L’autre fois c’était « désir envers la Mère », « meurtre du Père »…
Aujourd’hui, ça va être « castration ».
Allons bon.
En résumé :
quelque chose en nous a exagéré et a voulu obtenir ce qui est défendu.
= « avoir Maman rien que pour soi ».
Ce qui suppose de faire disparaître ce qui nous en empêche.
Et donc de supprimer le gêneur.
(le gêneur, de base, c’est « Papa ».
Mais aussi : le grand frère, la petite sœur, etc.)
Le truc, c’est que : au niveau inconscient, tout se passe comme si le mal avait été fait.
==> C’est le pouvoir du fantasme, de la réalité psychique.
Pour l’inconscient,
« souhaiter quelque chose »
=
« l’avoir fait »
… même si on n’y a pas pensé,
même si on ne se l’est pas figuré.
On est là dans les processus primaires du psychisme, pleins d’équivalences et de renversements.

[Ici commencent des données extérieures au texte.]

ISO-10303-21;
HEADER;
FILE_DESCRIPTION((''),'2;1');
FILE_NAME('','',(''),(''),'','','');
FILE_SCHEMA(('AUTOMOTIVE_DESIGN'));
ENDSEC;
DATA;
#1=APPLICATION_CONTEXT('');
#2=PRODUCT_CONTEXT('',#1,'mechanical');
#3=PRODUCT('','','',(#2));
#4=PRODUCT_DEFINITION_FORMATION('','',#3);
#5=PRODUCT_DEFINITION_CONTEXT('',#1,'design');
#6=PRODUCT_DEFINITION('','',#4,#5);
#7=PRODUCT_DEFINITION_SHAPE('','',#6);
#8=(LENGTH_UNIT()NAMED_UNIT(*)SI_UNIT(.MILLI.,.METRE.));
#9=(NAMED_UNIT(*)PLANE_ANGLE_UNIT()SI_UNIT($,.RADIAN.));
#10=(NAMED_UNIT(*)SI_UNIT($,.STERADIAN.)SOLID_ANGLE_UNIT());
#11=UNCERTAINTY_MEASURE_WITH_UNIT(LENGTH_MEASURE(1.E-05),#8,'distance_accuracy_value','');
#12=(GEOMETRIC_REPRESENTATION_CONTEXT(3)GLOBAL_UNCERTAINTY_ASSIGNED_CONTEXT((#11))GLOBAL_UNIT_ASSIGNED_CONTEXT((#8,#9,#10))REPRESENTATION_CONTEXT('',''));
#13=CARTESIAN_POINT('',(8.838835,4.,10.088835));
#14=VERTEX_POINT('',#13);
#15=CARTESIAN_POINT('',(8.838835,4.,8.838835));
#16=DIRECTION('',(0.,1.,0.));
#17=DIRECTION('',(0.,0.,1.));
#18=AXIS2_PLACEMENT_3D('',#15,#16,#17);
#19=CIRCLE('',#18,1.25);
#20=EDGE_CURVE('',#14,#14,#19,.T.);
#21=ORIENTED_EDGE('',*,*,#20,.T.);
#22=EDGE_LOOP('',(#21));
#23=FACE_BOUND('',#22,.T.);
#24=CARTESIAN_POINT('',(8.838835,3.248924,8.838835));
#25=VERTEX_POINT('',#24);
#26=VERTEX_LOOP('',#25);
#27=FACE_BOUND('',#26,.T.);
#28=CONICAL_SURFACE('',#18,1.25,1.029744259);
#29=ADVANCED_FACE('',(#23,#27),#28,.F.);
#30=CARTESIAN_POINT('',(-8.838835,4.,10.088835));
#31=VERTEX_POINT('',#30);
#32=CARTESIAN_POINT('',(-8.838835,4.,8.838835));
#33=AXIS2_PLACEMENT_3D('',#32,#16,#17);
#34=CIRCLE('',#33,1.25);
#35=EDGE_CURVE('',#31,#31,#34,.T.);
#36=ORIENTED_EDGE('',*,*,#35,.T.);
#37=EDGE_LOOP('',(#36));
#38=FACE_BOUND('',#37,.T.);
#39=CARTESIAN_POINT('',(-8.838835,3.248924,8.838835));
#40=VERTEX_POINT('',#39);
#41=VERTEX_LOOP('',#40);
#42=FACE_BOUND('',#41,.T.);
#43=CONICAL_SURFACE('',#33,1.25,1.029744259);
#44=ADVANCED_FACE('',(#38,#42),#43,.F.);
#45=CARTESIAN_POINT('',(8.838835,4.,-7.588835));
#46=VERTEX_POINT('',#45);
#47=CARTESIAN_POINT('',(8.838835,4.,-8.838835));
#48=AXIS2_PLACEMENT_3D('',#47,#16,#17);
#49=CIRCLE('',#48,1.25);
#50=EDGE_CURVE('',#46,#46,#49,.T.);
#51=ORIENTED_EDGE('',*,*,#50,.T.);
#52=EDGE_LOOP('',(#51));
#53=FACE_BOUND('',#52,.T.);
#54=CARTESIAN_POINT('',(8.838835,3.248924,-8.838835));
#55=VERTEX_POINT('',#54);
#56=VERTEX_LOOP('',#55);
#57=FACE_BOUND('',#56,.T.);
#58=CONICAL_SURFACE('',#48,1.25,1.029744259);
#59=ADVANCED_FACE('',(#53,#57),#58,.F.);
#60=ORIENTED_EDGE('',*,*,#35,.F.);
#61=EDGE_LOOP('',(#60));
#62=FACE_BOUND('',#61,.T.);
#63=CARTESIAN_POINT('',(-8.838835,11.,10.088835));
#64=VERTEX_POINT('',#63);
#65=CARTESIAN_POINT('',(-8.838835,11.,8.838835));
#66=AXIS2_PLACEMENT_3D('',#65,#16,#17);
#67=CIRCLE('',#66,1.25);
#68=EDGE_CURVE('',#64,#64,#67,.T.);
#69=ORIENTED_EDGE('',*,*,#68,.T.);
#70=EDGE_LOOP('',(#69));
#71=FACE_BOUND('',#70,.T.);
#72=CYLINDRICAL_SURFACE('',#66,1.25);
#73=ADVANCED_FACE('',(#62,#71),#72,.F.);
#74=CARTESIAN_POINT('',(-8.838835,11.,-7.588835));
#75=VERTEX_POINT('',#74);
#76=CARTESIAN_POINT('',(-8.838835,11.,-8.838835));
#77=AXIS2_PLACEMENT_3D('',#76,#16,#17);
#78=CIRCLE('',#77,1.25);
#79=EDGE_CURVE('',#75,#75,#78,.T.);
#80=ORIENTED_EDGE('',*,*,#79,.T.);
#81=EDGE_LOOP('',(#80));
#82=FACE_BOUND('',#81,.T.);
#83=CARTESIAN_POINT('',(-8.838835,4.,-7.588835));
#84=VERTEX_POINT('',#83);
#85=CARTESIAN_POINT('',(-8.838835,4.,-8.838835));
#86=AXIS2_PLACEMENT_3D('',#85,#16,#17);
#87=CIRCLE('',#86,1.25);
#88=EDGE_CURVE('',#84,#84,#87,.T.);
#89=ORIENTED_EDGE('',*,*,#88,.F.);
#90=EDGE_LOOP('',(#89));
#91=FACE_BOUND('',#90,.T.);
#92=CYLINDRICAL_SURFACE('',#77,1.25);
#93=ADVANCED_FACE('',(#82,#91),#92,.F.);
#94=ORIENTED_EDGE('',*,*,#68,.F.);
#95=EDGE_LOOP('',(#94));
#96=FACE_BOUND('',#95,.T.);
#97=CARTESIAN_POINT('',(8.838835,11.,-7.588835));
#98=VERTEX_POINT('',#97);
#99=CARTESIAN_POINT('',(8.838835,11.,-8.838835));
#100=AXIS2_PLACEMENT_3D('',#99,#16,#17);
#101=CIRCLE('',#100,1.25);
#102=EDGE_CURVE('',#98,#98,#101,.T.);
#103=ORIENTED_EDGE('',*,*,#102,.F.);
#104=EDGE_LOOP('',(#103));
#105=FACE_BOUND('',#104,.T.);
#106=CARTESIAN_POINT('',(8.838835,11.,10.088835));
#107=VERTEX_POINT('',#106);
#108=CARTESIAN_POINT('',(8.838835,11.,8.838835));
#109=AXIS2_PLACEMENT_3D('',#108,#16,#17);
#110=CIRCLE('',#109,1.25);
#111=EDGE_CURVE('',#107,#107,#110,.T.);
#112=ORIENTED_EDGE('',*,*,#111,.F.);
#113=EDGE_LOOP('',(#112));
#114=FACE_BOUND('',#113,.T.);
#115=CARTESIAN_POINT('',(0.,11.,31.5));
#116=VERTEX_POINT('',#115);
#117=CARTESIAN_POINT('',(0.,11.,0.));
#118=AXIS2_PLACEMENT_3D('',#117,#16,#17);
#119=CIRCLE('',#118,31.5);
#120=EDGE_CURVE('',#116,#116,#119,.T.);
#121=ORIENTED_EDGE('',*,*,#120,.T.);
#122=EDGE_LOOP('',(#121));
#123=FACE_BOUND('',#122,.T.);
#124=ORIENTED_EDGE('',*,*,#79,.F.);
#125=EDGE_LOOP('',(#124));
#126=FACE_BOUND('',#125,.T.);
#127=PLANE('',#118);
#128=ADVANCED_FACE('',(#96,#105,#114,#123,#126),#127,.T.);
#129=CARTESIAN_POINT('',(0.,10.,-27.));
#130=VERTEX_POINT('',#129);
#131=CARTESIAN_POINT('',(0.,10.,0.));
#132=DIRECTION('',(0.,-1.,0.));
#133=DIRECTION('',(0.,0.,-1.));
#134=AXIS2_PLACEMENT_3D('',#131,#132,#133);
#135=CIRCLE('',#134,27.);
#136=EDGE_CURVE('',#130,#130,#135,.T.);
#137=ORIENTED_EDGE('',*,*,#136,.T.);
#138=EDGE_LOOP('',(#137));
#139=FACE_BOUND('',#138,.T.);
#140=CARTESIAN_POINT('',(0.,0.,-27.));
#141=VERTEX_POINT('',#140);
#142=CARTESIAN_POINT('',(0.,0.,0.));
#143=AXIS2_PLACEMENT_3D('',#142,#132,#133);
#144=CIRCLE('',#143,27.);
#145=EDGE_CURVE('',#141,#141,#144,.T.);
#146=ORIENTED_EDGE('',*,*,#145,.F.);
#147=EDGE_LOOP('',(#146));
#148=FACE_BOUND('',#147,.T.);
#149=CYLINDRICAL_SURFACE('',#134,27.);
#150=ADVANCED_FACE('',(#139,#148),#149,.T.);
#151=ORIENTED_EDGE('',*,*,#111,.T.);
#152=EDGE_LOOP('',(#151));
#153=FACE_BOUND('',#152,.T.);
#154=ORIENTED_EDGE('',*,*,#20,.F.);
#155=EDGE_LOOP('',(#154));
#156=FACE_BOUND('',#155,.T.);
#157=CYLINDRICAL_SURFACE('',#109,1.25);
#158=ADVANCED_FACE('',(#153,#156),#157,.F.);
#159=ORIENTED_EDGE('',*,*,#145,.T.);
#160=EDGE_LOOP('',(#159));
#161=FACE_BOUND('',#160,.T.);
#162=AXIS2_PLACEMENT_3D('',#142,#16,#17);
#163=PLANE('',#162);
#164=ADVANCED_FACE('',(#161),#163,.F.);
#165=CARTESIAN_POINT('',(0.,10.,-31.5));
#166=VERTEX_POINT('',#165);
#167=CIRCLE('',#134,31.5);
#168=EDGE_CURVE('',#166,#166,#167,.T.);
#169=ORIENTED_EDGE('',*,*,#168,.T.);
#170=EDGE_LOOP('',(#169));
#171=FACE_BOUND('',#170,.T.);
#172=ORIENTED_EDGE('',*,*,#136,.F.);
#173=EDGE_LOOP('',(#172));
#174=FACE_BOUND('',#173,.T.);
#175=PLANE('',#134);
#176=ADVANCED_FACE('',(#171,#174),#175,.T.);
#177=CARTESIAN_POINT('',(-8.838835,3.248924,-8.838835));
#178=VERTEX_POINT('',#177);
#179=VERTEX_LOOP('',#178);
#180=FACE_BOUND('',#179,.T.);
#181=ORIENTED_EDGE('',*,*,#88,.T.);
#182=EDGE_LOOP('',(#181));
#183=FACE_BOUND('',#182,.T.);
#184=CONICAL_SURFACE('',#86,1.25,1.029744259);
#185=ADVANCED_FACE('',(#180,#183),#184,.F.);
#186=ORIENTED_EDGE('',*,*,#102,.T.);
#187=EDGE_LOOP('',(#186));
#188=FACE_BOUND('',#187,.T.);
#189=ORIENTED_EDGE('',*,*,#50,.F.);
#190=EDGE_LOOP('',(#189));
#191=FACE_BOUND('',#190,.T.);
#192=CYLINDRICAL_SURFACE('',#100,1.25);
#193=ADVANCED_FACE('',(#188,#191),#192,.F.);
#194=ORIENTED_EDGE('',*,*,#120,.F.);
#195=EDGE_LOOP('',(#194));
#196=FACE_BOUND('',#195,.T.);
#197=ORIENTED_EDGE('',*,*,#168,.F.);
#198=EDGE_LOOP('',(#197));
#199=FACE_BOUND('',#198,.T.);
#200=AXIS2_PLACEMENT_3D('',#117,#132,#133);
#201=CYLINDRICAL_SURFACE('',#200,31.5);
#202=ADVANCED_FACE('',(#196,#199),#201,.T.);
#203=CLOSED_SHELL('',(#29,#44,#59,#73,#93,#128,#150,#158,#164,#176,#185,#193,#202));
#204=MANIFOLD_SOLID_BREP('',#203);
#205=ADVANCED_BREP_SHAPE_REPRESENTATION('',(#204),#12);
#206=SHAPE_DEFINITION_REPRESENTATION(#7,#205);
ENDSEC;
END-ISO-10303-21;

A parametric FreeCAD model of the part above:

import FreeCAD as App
import Part
import Sketcher
from FreeCAD import Vector
Q = App.Units.Quantity


def add_polygon(sketch, points):
    """Adds a closed chain of lines whose ends are joined by coincident constraints."""
    first, n = sketch.GeometryCount, len(points)
    for a, b in zip(points, points[1:] + points[:1]):
        sketch.addGeometry(Part.LineSegment(App.Vector(*a, 0), App.Vector(*b, 0)), False)
    for i in range(n):
        sketch.addConstraint(Sketcher.Constraint("Coincident", first + i, 2, first + (i + 1) % n, 1))

doc = App.newDocument("Part")
params = doc.addObject("Spreadsheet::Sheet", "Params")
for row, (alias, value) in enumerate([
    ("sketch1_diameter", "63 mm"),
    ("pad1_length", "11 mm"),
    ("sketch2_diameter", "2.5 mm"),
    ("hole_diameter", "2.5 mm"),
    ("hole_depth", "7 mm"),
    ("sketch3_diameter", "54 mm"),
    ("pocket1_length", "10 mm"),
], start=1):
    params.set(f"A{row}", alias)
    params.set(f"B{row}", "=" + value)
    params.setAlias(f"B{row}", alias)

body = doc.addObject("PartDesign::Body", "Body")

# Sketch on XZ plane
sketch1 = doc.addObject("Sketcher::SketchObject", "Sketch")
body.addObject(sketch1)
sketch1.AttachmentSupport = (doc.XZ_Plane, [""])
sketch1.MapMode = "FlatFace"
sketch1.addGeometry(Part.Circle(Vector(0, 0, 0), Vector(0, 0, 1), 32), False)
sketch1.addConstraint([
    Sketcher.Constraint("Coincident", 0, 3, -1, 1),
    Sketcher.Constraint("Diameter", 0, Q("63 mm")),
])
sketch1.setExpression("Constraints[1]", "Params.sketch1_diameter")
pad1 = doc.addObject("PartDesign::Pad", "Pad")
body.addObject(pad1)
pad1.Profile = sketch1
pad1.setExpression("Length", "Params.pad1_length")
pad1.Reversed = True

# Sketch on XZ plane
sketch2 = doc.addObject("Sketcher::SketchObject", "Sketch001")
body.addObject(sketch2)
sketch2.AttachmentSupport = (doc.XZ_Plane, [""])
sketch2.MapMode = "FlatFace"
sketch2.AttachmentOffset = App.Placement(Vector(0, 0, -11), App.Rotation())
sketch2.addGeometry([
    Part.Circle(Vector(-8.8, -8.8, 0), Vector(0, 0, 1), 1.2),
    Part.Circle(Vector(8.8, -8.8, 0), Vector(0, 0, 1), 1.2),
    Part.Circle(Vector(8.8, 8.8, 0), Vector(0, 0, 1), 1.2),
    Part.Circle(Vector(-8.8, 8.8, 0), Vector(0, 0, 1), 1.2),
], False)
sketch2.addConstraint([
    Sketcher.Constraint("Equal", 0, 1),
    Sketcher.Constraint("Equal", 1, 2),
    Sketcher.Constraint("Equal", 2, 3),
    Sketcher.Constraint("Symmetric", 0, 3, 2, 3, -1, 1),
    Sketcher.Constraint("Symmetric", 1, 3, 3, 3, -1, 1),
    Sketcher.Constraint("Symmetric", 0, 3, 1, 3, -2),
    Sketcher.Constraint("Diameter", 0, Q("2.5 mm")),
    Sketcher.Constraint("DistanceX", 0, 3, 1, 3, Q("17.67767 mm")),
    Sketcher.Constraint("DistanceY", 1, 3, 2, 3, Q("17.67767 mm")),
])
sketch2.setExpression("Constraints[6]", "Params.sketch2_diameter")
doc.recompute()
hole = doc.addObject("PartDesign::Hole", "Hole")
body.addObject(hole)
hole.Profile = sketch2
hole.ThreadType = "None"
hole.setExpression("Diameter", "Params.hole_diameter")
hole.DepthType = "Dimension"
hole.setExpression("Depth", "Params.hole_depth")
hole.DrillPoint = "Angled"
hole.DrillPointAngle = 118
hole.Reversed = True

# Sketch on XZ plane
sketch3 = doc.addObject("Sketcher::SketchObject", "Sketch002")
body.addObject(sketch3)
sketch3.AttachmentSupport = (doc.XZ_Plane, [""])
sketch3.MapMode = "FlatFace"
add_polygon(sketch3, [(-41, 41), (-41, -41), (41, -41), (41, 41)])  # lines 0-3
sketch3.addGeometry(Part.Circle(Vector(0, 0, 0), Vector(0, 0, 1), 27), False)  # 4
sketch3.addConstraint([
    Sketcher.Constraint("Vertical", 0),
    Sketcher.Constraint("Horizontal", 1),
    Sketcher.Constraint("Vertical", 2),
    Sketcher.Constraint("Horizontal", 3),
    Sketcher.Constraint("Coincident", 4, 3, -1, 1),
    Sketcher.Constraint("Symmetric", 0, 2, 2, 2, -1, 1),
    Sketcher.Constraint("Equal", 3, 0),
    Sketcher.Constraint("Diameter", 4, Q("54 mm")),
    Sketcher.Constraint("DistanceX", 1, 1, 1, 2, Q("82.954 mm")),
])
sketch3.setExpression("Constraints[11]", "Params.sketch3_diameter")
pocket1 = doc.addObject("PartDesign::Pocket", "Pocket")
body.addObject(pocket1)
pocket1.Profile = sketch3
pocket1.setExpression("Length", "Params.pocket1_length")

doc.recompute()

C’est le principe de plaisir qui domine ici, et il se fiche bien du vrai et du faux.
*
Tout se passe alors comme si on avait fauté.
Cette faute imaginaire, on va chercher à la payer. Pour compenser. Pour se racheter.
Des fois, ça s’arrange assez vite (et c’est le déroulé idéal du complexe de castration).
Parfois ça dure très longtemps (et ça peut s’appeler la névrose).
Ça a un rapport avec le fait que
On n’assume pas notre agressivité
… et cette fonction naturelle, qui pourrait servir à créer, à agir sur le monde, on la refoule.
Du coup, elle va mal tourner, devenir « monstrueuse », destructrice.
Notamment en se retournant contre nous-mêmes…
Histoires de culpabilité, de dette imaginaire.
Histoires de masochisme, d’auto-sabotage.
Où comment se punir tout(e) seul(e) sans s’en rendre compte.
« Je te la coupe ! »
Le petit garçon voulait prendre la place du Père.
(plus largement : de la personne que Maman semble « préférer »)
Effaré devant sa propre audace, il se ravise et attend la sanction.
Cette sanction, Sigmund Freud l’avait envisagée comme une menace de castration imaginaire.
Il avait par exemple évoqué cela dans son livre atypique Totem et tabou.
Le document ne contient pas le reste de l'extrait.